*** Opening of RECORDS SUPPLIED ***

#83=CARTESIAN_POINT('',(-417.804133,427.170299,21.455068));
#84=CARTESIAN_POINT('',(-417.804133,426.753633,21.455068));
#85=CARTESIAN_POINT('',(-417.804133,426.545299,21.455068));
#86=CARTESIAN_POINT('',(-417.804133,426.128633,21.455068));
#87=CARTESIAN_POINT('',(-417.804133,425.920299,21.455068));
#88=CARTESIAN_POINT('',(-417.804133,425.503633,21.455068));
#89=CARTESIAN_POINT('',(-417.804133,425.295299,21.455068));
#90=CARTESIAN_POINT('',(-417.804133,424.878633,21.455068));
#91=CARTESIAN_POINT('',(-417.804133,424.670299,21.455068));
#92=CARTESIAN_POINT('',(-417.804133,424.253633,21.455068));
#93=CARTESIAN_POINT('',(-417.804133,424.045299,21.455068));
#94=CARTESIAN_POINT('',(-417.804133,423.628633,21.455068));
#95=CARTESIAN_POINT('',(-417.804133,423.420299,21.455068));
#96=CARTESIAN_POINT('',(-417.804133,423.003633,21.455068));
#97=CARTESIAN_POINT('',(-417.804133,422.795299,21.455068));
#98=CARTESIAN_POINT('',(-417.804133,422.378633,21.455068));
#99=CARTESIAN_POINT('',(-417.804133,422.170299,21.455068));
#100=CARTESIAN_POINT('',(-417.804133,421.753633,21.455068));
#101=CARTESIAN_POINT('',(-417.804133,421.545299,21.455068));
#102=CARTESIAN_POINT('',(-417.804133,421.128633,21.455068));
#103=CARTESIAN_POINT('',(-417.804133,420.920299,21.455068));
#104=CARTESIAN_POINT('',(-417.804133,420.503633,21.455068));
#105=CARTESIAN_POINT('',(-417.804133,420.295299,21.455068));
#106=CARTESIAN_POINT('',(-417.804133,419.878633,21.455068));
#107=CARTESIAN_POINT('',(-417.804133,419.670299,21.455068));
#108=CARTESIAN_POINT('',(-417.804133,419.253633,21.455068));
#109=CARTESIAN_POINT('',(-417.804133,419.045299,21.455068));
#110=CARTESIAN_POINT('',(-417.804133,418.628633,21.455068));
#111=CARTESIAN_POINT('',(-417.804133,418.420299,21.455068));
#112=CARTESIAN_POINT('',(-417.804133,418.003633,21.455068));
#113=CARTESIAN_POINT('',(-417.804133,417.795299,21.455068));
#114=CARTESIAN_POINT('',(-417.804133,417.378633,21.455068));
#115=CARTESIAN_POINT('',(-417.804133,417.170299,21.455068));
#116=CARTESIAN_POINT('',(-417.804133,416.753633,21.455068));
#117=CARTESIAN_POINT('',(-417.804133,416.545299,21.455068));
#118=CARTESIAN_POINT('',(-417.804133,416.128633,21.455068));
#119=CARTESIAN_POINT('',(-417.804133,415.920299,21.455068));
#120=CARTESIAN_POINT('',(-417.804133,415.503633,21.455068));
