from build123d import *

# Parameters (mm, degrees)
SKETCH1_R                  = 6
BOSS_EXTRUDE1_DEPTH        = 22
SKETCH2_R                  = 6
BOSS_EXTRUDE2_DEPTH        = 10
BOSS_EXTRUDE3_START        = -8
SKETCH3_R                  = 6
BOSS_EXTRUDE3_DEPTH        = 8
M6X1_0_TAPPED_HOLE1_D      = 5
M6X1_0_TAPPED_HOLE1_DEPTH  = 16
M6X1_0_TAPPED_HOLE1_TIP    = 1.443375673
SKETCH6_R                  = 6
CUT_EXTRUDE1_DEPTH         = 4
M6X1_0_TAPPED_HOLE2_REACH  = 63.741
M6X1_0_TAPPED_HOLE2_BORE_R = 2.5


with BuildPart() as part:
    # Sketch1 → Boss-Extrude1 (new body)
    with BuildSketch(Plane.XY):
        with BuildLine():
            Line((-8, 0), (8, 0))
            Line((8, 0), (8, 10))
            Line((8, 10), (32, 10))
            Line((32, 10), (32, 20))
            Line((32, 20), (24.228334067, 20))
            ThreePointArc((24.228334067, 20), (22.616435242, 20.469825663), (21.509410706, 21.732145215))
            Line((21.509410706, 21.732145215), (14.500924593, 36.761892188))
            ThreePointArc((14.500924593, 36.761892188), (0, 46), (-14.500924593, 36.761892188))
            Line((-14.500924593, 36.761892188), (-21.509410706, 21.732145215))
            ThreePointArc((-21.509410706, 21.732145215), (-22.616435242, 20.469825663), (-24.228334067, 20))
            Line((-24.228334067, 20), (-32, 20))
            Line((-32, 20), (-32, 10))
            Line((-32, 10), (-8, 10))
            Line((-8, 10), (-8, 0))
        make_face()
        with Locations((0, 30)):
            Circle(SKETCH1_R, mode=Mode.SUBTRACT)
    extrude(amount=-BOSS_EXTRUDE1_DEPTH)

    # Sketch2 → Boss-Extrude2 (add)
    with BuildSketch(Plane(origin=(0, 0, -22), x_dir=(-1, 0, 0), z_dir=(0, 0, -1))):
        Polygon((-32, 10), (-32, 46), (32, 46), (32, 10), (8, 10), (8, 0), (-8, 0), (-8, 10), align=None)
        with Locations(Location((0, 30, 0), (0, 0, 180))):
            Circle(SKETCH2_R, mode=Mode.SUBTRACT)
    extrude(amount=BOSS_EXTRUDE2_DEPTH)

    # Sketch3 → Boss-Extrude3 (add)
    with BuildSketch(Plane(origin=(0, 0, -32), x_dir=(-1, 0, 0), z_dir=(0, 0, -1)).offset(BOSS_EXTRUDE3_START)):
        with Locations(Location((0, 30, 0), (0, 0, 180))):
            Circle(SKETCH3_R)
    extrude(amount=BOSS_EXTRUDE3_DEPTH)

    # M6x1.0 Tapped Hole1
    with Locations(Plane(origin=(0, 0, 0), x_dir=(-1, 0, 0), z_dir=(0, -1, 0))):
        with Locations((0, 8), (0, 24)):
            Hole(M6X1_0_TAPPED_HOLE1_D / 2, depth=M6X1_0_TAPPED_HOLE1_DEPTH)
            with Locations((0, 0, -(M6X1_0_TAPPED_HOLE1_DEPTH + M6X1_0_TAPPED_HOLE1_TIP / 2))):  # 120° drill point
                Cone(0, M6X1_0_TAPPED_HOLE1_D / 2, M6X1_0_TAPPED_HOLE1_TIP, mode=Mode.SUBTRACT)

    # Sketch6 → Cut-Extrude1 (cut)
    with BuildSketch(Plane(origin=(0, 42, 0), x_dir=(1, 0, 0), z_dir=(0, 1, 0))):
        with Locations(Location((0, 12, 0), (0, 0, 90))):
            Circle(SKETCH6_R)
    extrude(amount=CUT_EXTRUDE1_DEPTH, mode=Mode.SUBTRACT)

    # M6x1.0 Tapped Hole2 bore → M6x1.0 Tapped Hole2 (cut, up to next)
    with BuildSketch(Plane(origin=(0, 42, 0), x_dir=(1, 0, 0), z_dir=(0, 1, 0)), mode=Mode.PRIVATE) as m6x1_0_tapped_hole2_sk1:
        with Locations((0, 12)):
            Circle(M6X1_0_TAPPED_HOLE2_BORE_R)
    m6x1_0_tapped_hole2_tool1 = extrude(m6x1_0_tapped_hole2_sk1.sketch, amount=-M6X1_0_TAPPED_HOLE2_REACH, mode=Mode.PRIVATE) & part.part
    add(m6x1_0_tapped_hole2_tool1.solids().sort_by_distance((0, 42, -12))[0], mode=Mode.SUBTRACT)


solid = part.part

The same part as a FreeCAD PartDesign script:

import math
import FreeCAD as App
import Part
import Sketcher
from FreeCAD import Vector
Q = App.Units.Quantity

doc = App.newDocument("Part")
params = doc.addObject("Spreadsheet::Sheet", "Params")
for row, (alias, value) in enumerate([
    ("sketch1_diameter", "12 mm"),
    ("sketch1_radius", "3 mm"),
    ("sketch1_radius2", "16 mm"),
    ("sketch1_width", "16 mm"),
    ("sketch1_width2", "24 mm"),
    ("pad1_length", "22 mm"),
    ("sketch2_diameter", "12 mm"),
    ("sketch2_width", "24 mm"),
    ("sketch2_width2", "16 mm"),
    ("sketch2_height", "36 mm"),
    ("sketch2_height2", "10 mm"),
    ("pad2_length", "10 mm"),
    ("sketch3_diameter", "12 mm"),
    ("pad3_length", "8 mm"),
    ("sketch4_diameter", "5 mm"),
    ("hole_diameter", "5 mm"),
    ("hole_depth", "16 mm"),
    ("sketch5_diameter", "12 mm"),
    ("pocket1_length", "4 mm"),
    ("sketch6_diameter", "5 mm"),
], start=1):
    params.set(f"A{row}", alias)
    params.set(f"B{row}", "=" + value)
    params.setAlias(f"B{row}", alias)

body = doc.addObject("PartDesign::Body", "Body")

sketch1 = body.newObject("Sketcher::SketchObject", "Sketch")
sketch1.AttachmentSupport = (doc.getObject("XY_Plane"), [""])
sketch1.MapMode = "FlatFace"
sketch1.addGeometry([
    Part.LineSegment(Vector(-8, 0, 0), Vector(8, 0, 0)),
    Part.LineSegment(Vector(8, 0, 0), Vector(8, 10, 0)),
    Part.LineSegment(Vector(8, 10, 0), Vector(32, 10, 0)),
    Part.LineSegment(Vector(32, 10, 0), Vector(32, 20, 0)),
    Part.LineSegment(Vector(32, 20, 0), Vector(24.2, 20, 0)),
    Part.ArcOfCircle(Part.Circle(Vector(24.2, 23, 0), Vector(0, 0, 1), 3), math.radians(-155), math.radians(-90)),
    Part.LineSegment(Vector(21.5, 21.7, 0), Vector(14.5, 36.8, 0)),
    Part.ArcOfCircle(Part.Circle(Vector(0, 30, 0), Vector(0, 0, 1), 16), math.radians(25), math.radians(155)),
    Part.LineSegment(Vector(-14.5, 36.8, 0), Vector(-21.5, 21.7, 0)),
    Part.ArcOfCircle(Part.Circle(Vector(-24.2, 23, 0), Vector(0, 0, 1), 3), math.radians(-90), math.radians(-25)),
    Part.LineSegment(Vector(-24.2, 20, 0), Vector(-32, 20, 0)),
    Part.LineSegment(Vector(-32, 20, 0), Vector(-32, 10, 0)),
    Part.LineSegment(Vector(-32, 10, 0), Vector(-8, 10, 0)),
    Part.LineSegment(Vector(-8, 10, 0), Vector(-8, 0, 0)),
    Part.Circle(Vector(0, 30, 0), Vector(0, 0, 1), 6),
], False)
sketch1.addConstraint([
    Sketcher.Constraint("Coincident", 0, 2, 1, 1),
    Sketcher.Constraint("Coincident", 1, 2, 2, 1),
    Sketcher.Constraint("Coincident", 2, 2, 3, 1),
    Sketcher.Constraint("Coincident", 3, 2, 4, 1),
    Sketcher.Constraint("Tangent", 4, 2, 5, 2),
    Sketcher.Constraint("Tangent", 5, 1, 6, 1),
    Sketcher.Constraint("Tangent", 6, 2, 7, 1),
    Sketcher.Constraint("Tangent", 7, 2, 8, 1),
    Sketcher.Constraint("Tangent", 8, 2, 9, 2),
    Sketcher.Constraint("Tangent", 9, 1, 10, 1),
    Sketcher.Constraint("Coincident", 10, 2, 11, 1),
    Sketcher.Constraint("Coincident", 11, 2, 12, 1),
    Sketcher.Constraint("Coincident", 12, 2, 13, 1),
    Sketcher.Constraint("Coincident", 13, 2, 0, 1),
    Sketcher.Constraint("Horizontal", 0),
    Sketcher.Constraint("Vertical", 1),
    Sketcher.Constraint("Horizontal", 2),
    Sketcher.Constraint("Vertical", 3),
    Sketcher.Constraint("Horizontal", 4),
    Sketcher.Constraint("Horizontal", 10),
    Sketcher.Constraint("Vertical", 11),
    Sketcher.Constraint("Horizontal", 12),
    Sketcher.Constraint("Vertical", 13),
    Sketcher.Constraint("Coincident", 14, 3, 7, 3),
    Sketcher.Constraint("Equal", 5, 9),
    Sketcher.Constraint("Symmetric", 0, 2, 13, 2, -1, 1),
    Sketcher.Constraint("Symmetric", 5, 3, 9, 3, -2),
    Sketcher.Constraint("Symmetric", 2, 2, 11, 2, -2),
    Sketcher.Constraint("PointOnObject", 7, 3, -2),
    Sketcher.Constraint("Equal", 1, 3),
    Sketcher.Constraint("Diameter", 14, 12.0),
    Sketcher.Constraint("Radius", 5, 3.0),
    Sketcher.Constraint("Radius", 7, 16.0),
    Sketcher.Constraint("DistanceX", 0, 1, 0, 2, 16.0),
    Sketcher.Constraint("DistanceX", 2, 1, 2, 2, 24.0),
    Sketcher.Constraint("DistanceY", 1, 1, 1, 2, 10.0),
    Sketcher.Constraint("Angle", 6, Q("115 deg")),
    Sketcher.Constraint("DistanceY", -1, 1, 7, 3, 30.0),
])
sketch1.setExpression("Constraints[30]", "Params.sketch1_diameter")
sketch1.setExpression("Constraints[31]", "Params.sketch1_radius")
sketch1.setExpression("Constraints[32]", "Params.sketch1_radius2")
sketch1.setExpression("Constraints[33]", "Params.sketch1_width")
sketch1.setExpression("Constraints[34]", "Params.sketch1_width2")
pad1 = body.newObject("PartDesign::Pad", "Pad")
pad1.Profile = sketch1
pad1.setExpression("Length", "Params.pad1_length")
pad1.Reversed = True

sketch2 = body.newObject("Sketcher::SketchObject", "Sketch001")
sketch2.AttachmentSupport = (doc.getObject("XY_Plane"), [""])
sketch2.MapMode = "FlatFace"
sketch2.AttachmentOffset = App.Placement(Vector(0, 0, -22), App.Rotation())
sketch2.addGeometry([
    Part.LineSegment(Vector(32, 46, 0), Vector(32, 10, 0)),
    Part.LineSegment(Vector(32, 10, 0), Vector(8, 10, 0)),
    Part.LineSegment(Vector(8, 10, 0), Vector(8, 0, 0)),
    Part.LineSegment(Vector(8, 0, 0), Vector(-8, 0, 0)),
    Part.LineSegment(Vector(-8, 0, 0), Vector(-8, 10, 0)),
    Part.LineSegment(Vector(-8, 10, 0), Vector(-32, 10, 0)),
    Part.LineSegment(Vector(-32, 10, 0), Vector(-32, 46, 0)),
    Part.LineSegment(Vector(-32, 46, 0), Vector(32, 46, 0)),
    Part.Circle(Vector(0, 30, 0), Vector(0, 0, 1), 6),
], False)
sketch2.addConstraint([
    Sketcher.Constraint("Coincident", 0, 2, 1, 1),
    Sketcher.Constraint("Coincident", 1, 2, 2, 1),
    Sketcher.Constraint("Coincident", 2, 2, 3, 1),
    Sketcher.Constraint("Coincident", 3, 2, 4, 1),
    Sketcher.Constraint("Coincident", 4, 2, 5, 1),
    Sketcher.Constraint("Coincident", 5, 2, 6, 1),
    Sketcher.Constraint("Coincident", 6, 2, 7, 1),
    Sketcher.Constraint("Coincident", 7, 2, 0, 1),
    Sketcher.Constraint("Vertical", 0),
    Sketcher.Constraint("Horizontal", 1),
    Sketcher.Constraint("Vertical", 2),
    Sketcher.Constraint("Horizontal", 3),
    Sketcher.Constraint("Vertical", 4),
    Sketcher.Constraint("Horizontal", 5),
    Sketcher.Constraint("Vertical", 6),
    Sketcher.Constraint("Horizontal", 7),
    Sketcher.Constraint("Symmetric", 2, 2, 3, 2, -1, 1),
    Sketcher.Constraint("Symmetric", 0, 2, 5, 2, -2),
    Sketcher.Constraint("PointOnObject", 8, 3, -2),
    Sketcher.Constraint("Diameter", 8, 12.0),
    Sketcher.Constraint("DistanceX", 1, 2, 1, 1, 24.0),
    Sketcher.Constraint("DistanceX", 3, 2, 3, 1, 16.0),
    Sketcher.Constraint("DistanceY", 0, 2, 0, 1, 36.0),
    Sketcher.Constraint("DistanceY", 2, 2, 2, 1, 10.0),
    Sketcher.Constraint("DistanceY", -1, 1, 8, 3, 30.0),
])
sketch2.setExpression("Constraints[19]", "Params.sketch2_diameter")
sketch2.setExpression("Constraints[20]", "Params.sketch2_width")
sketch2.setExpression("Constraints[21]", "Params.sketch2_width2")
sketch2.setExpression("Constraints[22]", "Params.sketch2_height")
sketch2.setExpression("Constraints[23]", "Params.sketch2_height2")
pad2 = body.newObject("PartDesign::Pad", "Pad001")
pad2.Profile = sketch2
pad2.setExpression("Length", "Params.pad2_length")
pad2.Reversed = True

sketch3 = body.newObject("Sketcher::SketchObject", "Sketch002")
sketch3.AttachmentSupport = (doc.getObject("XY_Plane"), [""])
sketch3.MapMode = "FlatFace"
sketch3.AttachmentOffset = App.Placement(Vector(0, 0, -24), App.Rotation())
sketch3.addGeometry(Part.Circle(Vector(0, 30, 0), Vector(0, 0, 1), 6), False)
sketch3.addConstraint([
    Sketcher.Constraint("PointOnObject", 0, 3, -2),
    Sketcher.Constraint("Diameter", 0, 12.0),
    Sketcher.Constraint("DistanceY", -1, 1, 0, 3, 30.0),
])
sketch3.setExpression("Constraints[1]", "Params.sketch3_diameter")
pad3 = body.newObject("PartDesign::Pad", "Pad002")
pad3.Profile = sketch3
pad3.setExpression("Length", "Params.pad3_length")
pad3.Reversed = True

sketch4 = body.newObject("Sketcher::SketchObject", "Sketch003")
sketch4.AttachmentSupport = (doc.getObject("XZ_Plane"), [""])
sketch4.MapMode = "FlatFace"
sketch4.addGeometry([
    Part.Circle(Vector(0, -8, 0), Vector(0, 0, 1), 2.5),
    Part.Circle(Vector(0, -24, 0), Vector(0, 0, 1), 2.5),
], False)
sketch4.addConstraint([
    Sketcher.Constraint("Equal", 0, 1),
    Sketcher.Constraint("PointOnObject", 0, 3, -2),
    Sketcher.Constraint("PointOnObject", 1, 3, -2),
    Sketcher.Constraint("Diameter", 0, 5.0),
    Sketcher.Constraint("DistanceY", 0, 3, -1, 1, 8.0),
    Sketcher.Constraint("DistanceY", 1, 3, -1, 1, 24.0),
])
sketch4.setExpression("Constraints[3]", "Params.sketch4_diameter")
doc.recompute()
hole = body.newObject("PartDesign::Hole", "Hole")
hole.Profile = sketch4
hole.ThreadType = "None"
hole.setExpression("Diameter", "Params.hole_diameter")
hole.DepthType = "Dimension"
hole.setExpression("Depth", "Params.hole_depth")
hole.DrillPoint = "Angled"
hole.DrillPointAngle = 120

sketch5 = body.newObject("Sketcher::SketchObject", "Sketch004")
sketch5.AttachmentSupport = (doc.getObject("XZ_Plane"), [""])
sketch5.MapMode = "FlatFace"
sketch5.AttachmentOffset = App.Placement(Vector(0, 0, -42), App.Rotation())
sketch5.addGeometry(Part.Circle(Vector(0, -12, 0), Vector(0, 0, 1), 6), False)
sketch5.addConstraint([
    Sketcher.Constraint("PointOnObject", 0, 3, -2),
    Sketcher.Constraint("Diameter", 0, 12.0),
    Sketcher.Constraint("DistanceY", 0, 3, -1, 1, 12.0),
])
sketch5.setExpression("Constraints[1]", "Params.sketch5_diameter")
pocket1 = body.newObject("PartDesign::Pocket", "Pocket")
pocket1.Profile = sketch5
pocket1.setExpression("Length", "Params.pocket1_length")

sketch6 = body.newObject("Sketcher::SketchObject", "Sketch005")
sketch6.AttachmentSupport = (doc.getObject("XZ_Plane"), [""])
sketch6.MapMode = "FlatFace"
sketch6.AttachmentOffset = App.Placement(Vector(0, 0, -42), App.Rotation())
sketch6.addGeometry(Part.Circle(Vector(0, -12, 0), Vector(0, 0, 1), 2.5), False)
sketch6.addConstraint([
    Sketcher.Constraint("PointOnObject", 0, 3, -2),
    Sketcher.Constraint("Diameter", 0, 5.0),
    Sketcher.Constraint("DistanceY", 0, 3, -1, 1, 12.0),
])
sketch6.setExpression("Constraints[1]", "Params.sketch6_diameter")
pocket2 = body.newObject("PartDesign::Pocket", "Pocket001")
pocket2.Profile = sketch6
pocket2.Type = "UpToFirst"
pocket2.Reversed = True

doc.recompute()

*** Close of RECORDS SUPPLIED ***

#### [WHAT NEEDS TO BE DONE]
The first line of the records and every line down to the line with "#89=CARTESIAN_POINT('',(-417.804133,425.295299,21.455068));" must be quoted exactly; leave out all else.

#### [FINAL ANSWER]
#83=CARTESIAN_POINT('',(-417.804133,427.170299,21.455068));
#84=CARTESIAN_POINT('',(-417.804133,426.753633,21.455068));
#85=CARTESIAN_POINT('',(-417.804133,426.545299,21.455068));
#86=CARTESIAN_POINT('',(-417.804133,426.128633,21.455068));
#87=CARTESIAN_POINT('',(-417.804133,425.920299,21.455068));
#88=CARTESIAN_POINT('',(-417.804133,425.503633,21.455068));
#89=CARTESIAN_POINT('',(-417.804133,425.295299,21.455068));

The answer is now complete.